Exercise -
A single stretch of the material below is to be transcribed exactly, starting at the line with "f 14 12 333" and ending after the line with "f 733 486 735".
Dataset excerpts Start Marker
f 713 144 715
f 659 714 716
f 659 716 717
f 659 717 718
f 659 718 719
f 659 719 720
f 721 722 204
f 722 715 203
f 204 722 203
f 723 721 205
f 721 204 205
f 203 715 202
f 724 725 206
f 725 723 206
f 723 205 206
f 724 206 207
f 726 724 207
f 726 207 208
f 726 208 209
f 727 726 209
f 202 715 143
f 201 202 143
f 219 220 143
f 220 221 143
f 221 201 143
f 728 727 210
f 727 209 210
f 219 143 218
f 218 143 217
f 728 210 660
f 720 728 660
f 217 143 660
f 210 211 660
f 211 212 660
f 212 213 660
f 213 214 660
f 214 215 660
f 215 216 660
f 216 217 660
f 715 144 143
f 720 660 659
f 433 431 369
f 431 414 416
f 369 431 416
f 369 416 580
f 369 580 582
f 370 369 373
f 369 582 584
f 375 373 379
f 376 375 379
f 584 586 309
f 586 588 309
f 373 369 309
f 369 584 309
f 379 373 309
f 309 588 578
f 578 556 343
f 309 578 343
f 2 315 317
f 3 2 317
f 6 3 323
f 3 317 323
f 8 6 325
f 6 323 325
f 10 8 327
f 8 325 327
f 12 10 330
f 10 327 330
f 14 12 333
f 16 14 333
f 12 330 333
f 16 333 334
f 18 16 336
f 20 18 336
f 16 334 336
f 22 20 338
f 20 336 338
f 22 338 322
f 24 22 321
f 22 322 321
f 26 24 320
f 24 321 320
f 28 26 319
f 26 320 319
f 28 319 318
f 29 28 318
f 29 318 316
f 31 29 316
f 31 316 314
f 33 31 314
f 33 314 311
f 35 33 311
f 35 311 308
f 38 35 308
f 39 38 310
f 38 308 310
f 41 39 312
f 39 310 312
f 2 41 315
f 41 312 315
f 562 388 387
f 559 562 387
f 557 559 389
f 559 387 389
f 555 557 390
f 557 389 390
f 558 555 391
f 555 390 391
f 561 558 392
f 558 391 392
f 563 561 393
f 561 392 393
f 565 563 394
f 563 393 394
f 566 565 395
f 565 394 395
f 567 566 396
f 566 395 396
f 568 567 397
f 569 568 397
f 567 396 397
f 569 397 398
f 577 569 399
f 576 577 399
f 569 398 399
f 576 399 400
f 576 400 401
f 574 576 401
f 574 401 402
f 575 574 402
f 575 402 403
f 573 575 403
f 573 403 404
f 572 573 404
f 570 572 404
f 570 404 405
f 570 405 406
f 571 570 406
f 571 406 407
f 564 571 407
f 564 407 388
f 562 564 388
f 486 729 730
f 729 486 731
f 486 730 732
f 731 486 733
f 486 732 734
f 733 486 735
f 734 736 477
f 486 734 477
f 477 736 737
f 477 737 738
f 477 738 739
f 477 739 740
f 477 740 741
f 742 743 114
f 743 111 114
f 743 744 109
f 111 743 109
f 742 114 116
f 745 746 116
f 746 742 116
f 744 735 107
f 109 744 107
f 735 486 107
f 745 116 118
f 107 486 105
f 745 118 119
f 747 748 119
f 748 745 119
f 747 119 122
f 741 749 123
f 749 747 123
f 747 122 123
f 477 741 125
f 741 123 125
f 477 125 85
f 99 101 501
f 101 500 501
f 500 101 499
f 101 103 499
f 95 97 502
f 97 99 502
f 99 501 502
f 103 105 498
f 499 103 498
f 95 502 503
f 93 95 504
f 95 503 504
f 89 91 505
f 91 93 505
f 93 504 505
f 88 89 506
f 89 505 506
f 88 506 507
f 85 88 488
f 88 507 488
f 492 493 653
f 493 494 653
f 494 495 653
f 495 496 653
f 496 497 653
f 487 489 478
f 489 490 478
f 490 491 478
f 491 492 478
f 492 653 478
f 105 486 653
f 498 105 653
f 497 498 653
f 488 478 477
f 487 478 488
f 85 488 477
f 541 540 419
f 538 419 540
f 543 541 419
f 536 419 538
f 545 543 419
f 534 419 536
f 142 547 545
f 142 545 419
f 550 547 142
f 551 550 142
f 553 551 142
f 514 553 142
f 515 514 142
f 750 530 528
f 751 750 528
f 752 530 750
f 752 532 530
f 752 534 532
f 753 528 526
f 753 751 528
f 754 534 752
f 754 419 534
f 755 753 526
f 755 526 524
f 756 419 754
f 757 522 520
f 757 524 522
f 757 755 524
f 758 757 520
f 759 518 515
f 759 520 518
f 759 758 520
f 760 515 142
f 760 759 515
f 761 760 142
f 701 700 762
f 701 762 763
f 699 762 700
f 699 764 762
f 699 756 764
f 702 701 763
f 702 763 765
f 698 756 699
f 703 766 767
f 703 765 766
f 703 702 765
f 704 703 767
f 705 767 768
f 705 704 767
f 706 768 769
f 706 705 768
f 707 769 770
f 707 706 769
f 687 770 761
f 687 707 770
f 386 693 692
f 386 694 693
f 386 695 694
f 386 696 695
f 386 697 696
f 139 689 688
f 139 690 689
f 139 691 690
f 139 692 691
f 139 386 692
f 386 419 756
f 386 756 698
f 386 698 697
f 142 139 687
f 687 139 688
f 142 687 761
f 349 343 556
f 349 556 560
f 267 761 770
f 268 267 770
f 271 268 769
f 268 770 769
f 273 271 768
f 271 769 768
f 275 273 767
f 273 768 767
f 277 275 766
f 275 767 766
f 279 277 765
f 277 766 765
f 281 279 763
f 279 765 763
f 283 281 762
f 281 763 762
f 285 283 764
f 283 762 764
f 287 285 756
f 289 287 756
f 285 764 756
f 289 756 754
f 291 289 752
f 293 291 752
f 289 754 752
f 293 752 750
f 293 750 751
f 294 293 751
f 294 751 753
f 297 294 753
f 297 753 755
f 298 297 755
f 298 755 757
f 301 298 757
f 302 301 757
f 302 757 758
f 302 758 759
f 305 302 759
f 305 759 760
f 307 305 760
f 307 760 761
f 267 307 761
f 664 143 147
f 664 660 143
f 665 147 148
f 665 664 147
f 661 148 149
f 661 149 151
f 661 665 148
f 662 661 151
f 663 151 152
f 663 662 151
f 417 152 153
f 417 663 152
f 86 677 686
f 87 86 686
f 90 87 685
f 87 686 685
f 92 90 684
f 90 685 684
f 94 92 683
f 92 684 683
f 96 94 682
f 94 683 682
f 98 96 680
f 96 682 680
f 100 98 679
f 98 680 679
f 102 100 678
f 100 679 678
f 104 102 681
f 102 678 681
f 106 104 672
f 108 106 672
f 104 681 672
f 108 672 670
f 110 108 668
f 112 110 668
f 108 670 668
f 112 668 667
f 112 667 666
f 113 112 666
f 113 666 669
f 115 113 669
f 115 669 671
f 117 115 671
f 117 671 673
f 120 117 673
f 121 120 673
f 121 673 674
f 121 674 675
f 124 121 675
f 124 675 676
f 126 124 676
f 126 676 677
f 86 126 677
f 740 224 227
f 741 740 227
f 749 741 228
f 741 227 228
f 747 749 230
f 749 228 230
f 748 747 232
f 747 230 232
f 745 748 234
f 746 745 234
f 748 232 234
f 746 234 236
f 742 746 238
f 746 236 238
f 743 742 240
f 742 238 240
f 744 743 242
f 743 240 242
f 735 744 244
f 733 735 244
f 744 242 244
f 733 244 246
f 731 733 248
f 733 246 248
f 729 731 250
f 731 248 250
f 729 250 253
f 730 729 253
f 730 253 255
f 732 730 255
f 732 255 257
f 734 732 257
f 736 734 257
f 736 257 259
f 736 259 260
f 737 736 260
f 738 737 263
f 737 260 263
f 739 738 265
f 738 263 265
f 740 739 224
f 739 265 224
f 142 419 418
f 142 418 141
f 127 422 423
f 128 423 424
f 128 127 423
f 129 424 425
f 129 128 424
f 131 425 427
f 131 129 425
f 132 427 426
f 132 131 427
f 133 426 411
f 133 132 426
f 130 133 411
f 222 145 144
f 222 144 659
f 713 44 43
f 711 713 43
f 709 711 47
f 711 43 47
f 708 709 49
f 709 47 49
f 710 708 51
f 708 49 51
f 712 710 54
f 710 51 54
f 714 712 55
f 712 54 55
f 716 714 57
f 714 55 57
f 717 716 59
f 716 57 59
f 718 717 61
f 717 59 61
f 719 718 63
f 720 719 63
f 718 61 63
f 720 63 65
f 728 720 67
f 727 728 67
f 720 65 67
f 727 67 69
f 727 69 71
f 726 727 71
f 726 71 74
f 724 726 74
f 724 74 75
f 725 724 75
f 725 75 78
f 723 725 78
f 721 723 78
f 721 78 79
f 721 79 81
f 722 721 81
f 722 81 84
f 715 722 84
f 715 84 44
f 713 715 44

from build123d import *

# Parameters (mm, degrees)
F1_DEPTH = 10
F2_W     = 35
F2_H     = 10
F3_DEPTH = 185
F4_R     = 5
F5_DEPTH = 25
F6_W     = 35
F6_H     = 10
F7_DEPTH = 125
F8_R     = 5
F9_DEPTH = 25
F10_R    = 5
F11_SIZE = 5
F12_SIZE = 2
Dataset excerpts End Marker
Dataset excerpts Start Marker
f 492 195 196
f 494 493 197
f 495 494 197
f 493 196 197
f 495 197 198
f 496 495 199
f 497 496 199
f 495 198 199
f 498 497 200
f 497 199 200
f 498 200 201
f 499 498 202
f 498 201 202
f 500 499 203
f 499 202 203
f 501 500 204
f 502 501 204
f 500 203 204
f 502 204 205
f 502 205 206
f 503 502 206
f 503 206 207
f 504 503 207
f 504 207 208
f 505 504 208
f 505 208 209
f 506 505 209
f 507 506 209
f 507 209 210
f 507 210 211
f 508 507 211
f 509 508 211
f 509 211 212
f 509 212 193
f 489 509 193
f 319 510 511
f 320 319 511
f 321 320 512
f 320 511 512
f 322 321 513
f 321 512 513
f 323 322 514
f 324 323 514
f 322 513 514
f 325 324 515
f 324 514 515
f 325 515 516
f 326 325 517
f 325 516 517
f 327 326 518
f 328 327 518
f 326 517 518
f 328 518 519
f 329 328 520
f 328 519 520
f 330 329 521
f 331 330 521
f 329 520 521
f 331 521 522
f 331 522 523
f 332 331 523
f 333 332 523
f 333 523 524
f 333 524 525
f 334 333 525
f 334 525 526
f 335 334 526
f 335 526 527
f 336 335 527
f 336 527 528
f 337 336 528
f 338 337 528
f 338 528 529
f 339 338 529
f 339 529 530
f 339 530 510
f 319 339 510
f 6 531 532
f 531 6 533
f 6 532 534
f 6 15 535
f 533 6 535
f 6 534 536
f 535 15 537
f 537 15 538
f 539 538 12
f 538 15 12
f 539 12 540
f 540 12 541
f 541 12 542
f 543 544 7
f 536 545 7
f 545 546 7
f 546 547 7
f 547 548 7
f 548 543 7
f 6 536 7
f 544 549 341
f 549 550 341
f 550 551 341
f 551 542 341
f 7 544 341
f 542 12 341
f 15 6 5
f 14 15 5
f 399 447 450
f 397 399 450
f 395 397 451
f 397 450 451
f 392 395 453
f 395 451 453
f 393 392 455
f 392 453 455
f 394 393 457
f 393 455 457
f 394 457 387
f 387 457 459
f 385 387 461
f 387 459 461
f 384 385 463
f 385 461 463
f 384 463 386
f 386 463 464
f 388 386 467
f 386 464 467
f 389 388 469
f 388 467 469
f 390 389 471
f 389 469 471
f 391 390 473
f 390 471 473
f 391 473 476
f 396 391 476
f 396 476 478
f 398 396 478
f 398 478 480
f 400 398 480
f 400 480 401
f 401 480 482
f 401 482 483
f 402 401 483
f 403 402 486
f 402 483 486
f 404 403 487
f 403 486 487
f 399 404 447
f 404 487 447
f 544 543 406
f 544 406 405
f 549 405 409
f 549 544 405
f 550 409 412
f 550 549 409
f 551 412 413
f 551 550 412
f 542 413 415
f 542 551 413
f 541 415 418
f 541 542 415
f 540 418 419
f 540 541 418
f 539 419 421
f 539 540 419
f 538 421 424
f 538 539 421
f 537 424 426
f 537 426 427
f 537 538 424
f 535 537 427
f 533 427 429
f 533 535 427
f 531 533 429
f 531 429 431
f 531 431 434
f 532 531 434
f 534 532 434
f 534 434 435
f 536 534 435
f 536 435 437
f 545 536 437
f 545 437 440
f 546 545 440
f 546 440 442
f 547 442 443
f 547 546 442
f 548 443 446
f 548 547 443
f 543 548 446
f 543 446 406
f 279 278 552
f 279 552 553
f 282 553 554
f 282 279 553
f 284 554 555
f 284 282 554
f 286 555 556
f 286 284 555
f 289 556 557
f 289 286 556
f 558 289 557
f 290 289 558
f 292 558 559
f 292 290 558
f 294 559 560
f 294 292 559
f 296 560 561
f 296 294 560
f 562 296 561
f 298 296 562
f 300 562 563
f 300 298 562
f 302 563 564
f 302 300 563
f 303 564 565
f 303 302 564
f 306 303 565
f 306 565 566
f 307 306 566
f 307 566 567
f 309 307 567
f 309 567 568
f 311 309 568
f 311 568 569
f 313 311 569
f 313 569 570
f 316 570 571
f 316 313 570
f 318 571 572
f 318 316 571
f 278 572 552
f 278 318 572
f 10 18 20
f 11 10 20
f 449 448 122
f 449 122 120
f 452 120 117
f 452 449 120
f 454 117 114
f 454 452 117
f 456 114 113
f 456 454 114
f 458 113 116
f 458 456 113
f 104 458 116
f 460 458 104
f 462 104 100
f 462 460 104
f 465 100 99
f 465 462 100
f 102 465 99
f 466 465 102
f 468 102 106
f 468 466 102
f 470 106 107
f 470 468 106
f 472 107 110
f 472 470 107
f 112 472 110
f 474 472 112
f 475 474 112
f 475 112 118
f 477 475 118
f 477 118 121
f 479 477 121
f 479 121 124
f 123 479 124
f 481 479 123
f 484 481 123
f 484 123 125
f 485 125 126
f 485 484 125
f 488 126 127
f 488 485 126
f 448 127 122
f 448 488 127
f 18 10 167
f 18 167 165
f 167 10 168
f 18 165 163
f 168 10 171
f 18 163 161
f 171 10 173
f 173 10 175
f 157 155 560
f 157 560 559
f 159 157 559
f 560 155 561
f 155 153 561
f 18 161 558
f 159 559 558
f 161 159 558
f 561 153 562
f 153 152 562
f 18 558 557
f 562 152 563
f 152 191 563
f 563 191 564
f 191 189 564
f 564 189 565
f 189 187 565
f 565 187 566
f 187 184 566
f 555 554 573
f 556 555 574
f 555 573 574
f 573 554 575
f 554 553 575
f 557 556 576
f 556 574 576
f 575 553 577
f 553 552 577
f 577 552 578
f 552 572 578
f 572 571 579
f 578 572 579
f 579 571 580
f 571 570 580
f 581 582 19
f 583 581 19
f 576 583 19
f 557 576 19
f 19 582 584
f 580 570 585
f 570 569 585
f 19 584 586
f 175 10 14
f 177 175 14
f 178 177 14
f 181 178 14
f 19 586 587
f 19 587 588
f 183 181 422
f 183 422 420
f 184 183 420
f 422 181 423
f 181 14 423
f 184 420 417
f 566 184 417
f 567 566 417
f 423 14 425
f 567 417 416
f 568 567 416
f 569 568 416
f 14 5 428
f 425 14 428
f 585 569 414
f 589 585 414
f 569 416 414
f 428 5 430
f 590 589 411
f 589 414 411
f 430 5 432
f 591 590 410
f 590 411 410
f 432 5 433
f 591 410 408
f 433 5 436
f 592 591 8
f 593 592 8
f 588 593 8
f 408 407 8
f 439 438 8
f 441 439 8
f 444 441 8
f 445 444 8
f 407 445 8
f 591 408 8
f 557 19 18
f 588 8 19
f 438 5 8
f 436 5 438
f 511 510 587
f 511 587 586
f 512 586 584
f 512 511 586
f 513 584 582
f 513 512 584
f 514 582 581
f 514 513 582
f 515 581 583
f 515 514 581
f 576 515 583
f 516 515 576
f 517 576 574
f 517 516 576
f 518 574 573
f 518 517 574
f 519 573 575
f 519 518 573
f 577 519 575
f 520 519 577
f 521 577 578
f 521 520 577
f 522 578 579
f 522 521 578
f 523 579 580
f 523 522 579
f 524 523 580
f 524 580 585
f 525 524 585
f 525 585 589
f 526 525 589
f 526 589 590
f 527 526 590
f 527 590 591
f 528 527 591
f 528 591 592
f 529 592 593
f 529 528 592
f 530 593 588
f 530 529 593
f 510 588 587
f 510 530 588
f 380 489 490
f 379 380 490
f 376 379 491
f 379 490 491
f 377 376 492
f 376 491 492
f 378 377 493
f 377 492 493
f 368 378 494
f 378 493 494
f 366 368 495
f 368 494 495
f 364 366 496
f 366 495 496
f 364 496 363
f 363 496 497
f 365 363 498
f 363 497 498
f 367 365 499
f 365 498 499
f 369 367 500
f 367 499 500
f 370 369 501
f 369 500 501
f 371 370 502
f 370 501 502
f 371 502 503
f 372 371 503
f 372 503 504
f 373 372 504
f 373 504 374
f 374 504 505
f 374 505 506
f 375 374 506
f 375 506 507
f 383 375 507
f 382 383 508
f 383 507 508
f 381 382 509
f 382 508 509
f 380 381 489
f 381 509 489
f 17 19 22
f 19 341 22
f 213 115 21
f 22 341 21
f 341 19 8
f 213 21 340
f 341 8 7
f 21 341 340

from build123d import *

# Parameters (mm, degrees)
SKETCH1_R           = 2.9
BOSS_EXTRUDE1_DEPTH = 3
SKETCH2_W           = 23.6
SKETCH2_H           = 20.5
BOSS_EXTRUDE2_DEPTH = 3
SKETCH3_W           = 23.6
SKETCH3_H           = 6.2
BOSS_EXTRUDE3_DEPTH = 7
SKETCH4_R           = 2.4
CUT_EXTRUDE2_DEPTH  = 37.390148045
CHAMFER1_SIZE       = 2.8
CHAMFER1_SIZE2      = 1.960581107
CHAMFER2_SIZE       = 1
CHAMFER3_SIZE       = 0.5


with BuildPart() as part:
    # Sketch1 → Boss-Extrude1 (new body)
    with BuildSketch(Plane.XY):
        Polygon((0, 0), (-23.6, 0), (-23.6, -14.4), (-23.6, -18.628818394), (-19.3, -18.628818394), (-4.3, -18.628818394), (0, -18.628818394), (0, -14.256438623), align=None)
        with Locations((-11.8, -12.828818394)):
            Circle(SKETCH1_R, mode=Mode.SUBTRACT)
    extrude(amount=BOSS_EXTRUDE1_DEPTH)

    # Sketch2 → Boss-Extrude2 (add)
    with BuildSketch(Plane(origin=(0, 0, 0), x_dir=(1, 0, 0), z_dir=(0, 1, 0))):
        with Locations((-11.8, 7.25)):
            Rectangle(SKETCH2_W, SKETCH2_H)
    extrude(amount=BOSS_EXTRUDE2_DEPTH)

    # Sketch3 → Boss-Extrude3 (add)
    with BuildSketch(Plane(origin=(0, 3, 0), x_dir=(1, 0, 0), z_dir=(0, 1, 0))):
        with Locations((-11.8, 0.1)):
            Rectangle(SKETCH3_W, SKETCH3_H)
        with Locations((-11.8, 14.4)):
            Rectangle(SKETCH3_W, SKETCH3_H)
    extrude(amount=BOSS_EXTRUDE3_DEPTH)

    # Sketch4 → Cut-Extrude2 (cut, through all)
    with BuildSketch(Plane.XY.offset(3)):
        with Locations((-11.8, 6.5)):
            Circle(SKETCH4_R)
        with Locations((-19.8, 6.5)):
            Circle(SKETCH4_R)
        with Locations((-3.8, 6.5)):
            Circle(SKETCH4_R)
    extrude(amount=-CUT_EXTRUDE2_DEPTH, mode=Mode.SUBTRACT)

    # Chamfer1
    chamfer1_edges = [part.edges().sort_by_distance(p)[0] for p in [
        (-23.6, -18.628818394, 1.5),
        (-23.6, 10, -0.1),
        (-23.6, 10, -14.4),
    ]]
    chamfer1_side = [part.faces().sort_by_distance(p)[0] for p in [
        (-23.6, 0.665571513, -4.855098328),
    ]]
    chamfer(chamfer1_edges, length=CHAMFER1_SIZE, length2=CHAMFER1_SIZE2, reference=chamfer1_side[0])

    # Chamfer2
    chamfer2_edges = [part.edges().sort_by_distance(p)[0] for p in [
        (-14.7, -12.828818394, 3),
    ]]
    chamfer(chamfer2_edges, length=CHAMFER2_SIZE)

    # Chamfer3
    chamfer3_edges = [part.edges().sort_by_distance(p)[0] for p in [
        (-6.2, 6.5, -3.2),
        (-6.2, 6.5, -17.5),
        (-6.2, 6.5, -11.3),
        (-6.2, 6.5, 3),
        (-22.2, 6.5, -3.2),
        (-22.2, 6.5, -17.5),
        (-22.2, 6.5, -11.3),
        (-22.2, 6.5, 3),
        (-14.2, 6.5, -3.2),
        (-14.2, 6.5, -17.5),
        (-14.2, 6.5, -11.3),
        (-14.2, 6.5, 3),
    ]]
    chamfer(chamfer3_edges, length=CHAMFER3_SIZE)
Dataset excerpts End Marker
Task solution -
f 14 12 333
f 16 14 333
f 12 330 333
f 16 333 334
f 18 16 336
f 20 18 336
f 16 334 336
f 22 20 338
f 20 336 338
f 22 338 322
f 24 22 321
f 22 322 321
f 26 24 320
f 24 321 320
f 28 26 319
f 26 320 319
f 28 319 318
f 29 28 318
f 29 318 316
f 31 29 316
f 31 316 314
f 33 31 314
f 33 314 311
f 35 33 311
f 35 311 308
f 38 35 308
f 39 38 310
f 38 308 310
f 41 39 312
f 39 310 312
f 2 41 315
f 41 312 315
f 562 388 387
f 559 562 387
f 557 559 389
f 559 387 389
f 555 557 390
f 557 389 390
f 558 555 391
f 555 390 391
f 561 558 392
f 558 391 392
f 563 561 393
f 561 392 393
f 565 563 394
f 563 393 394
f 566 565 395
f 565 394 395
f 567 566 396
f 566 395 396
f 568 567 397
f 569 568 397
f 567 396 397
f 569 397 398
f 577 569 399
f 576 577 399
f 569 398 399
f 576 399 400
f 576 400 401
f 574 576 401
f 574 401 402
f 575 574 402
f 575 402 403
f 573 575 403
f 573 403 404
f 572 573 404
f 570 572 404
f 570 404 405
f 570 405 406
f 571 570 406
f 571 406 407
f 564 571 407
f 564 407 388
f 562 564 388
f 486 729 730
f 729 486 731
f 486 730 732
f 731 486 733
f 486 732 734
f 733 486 735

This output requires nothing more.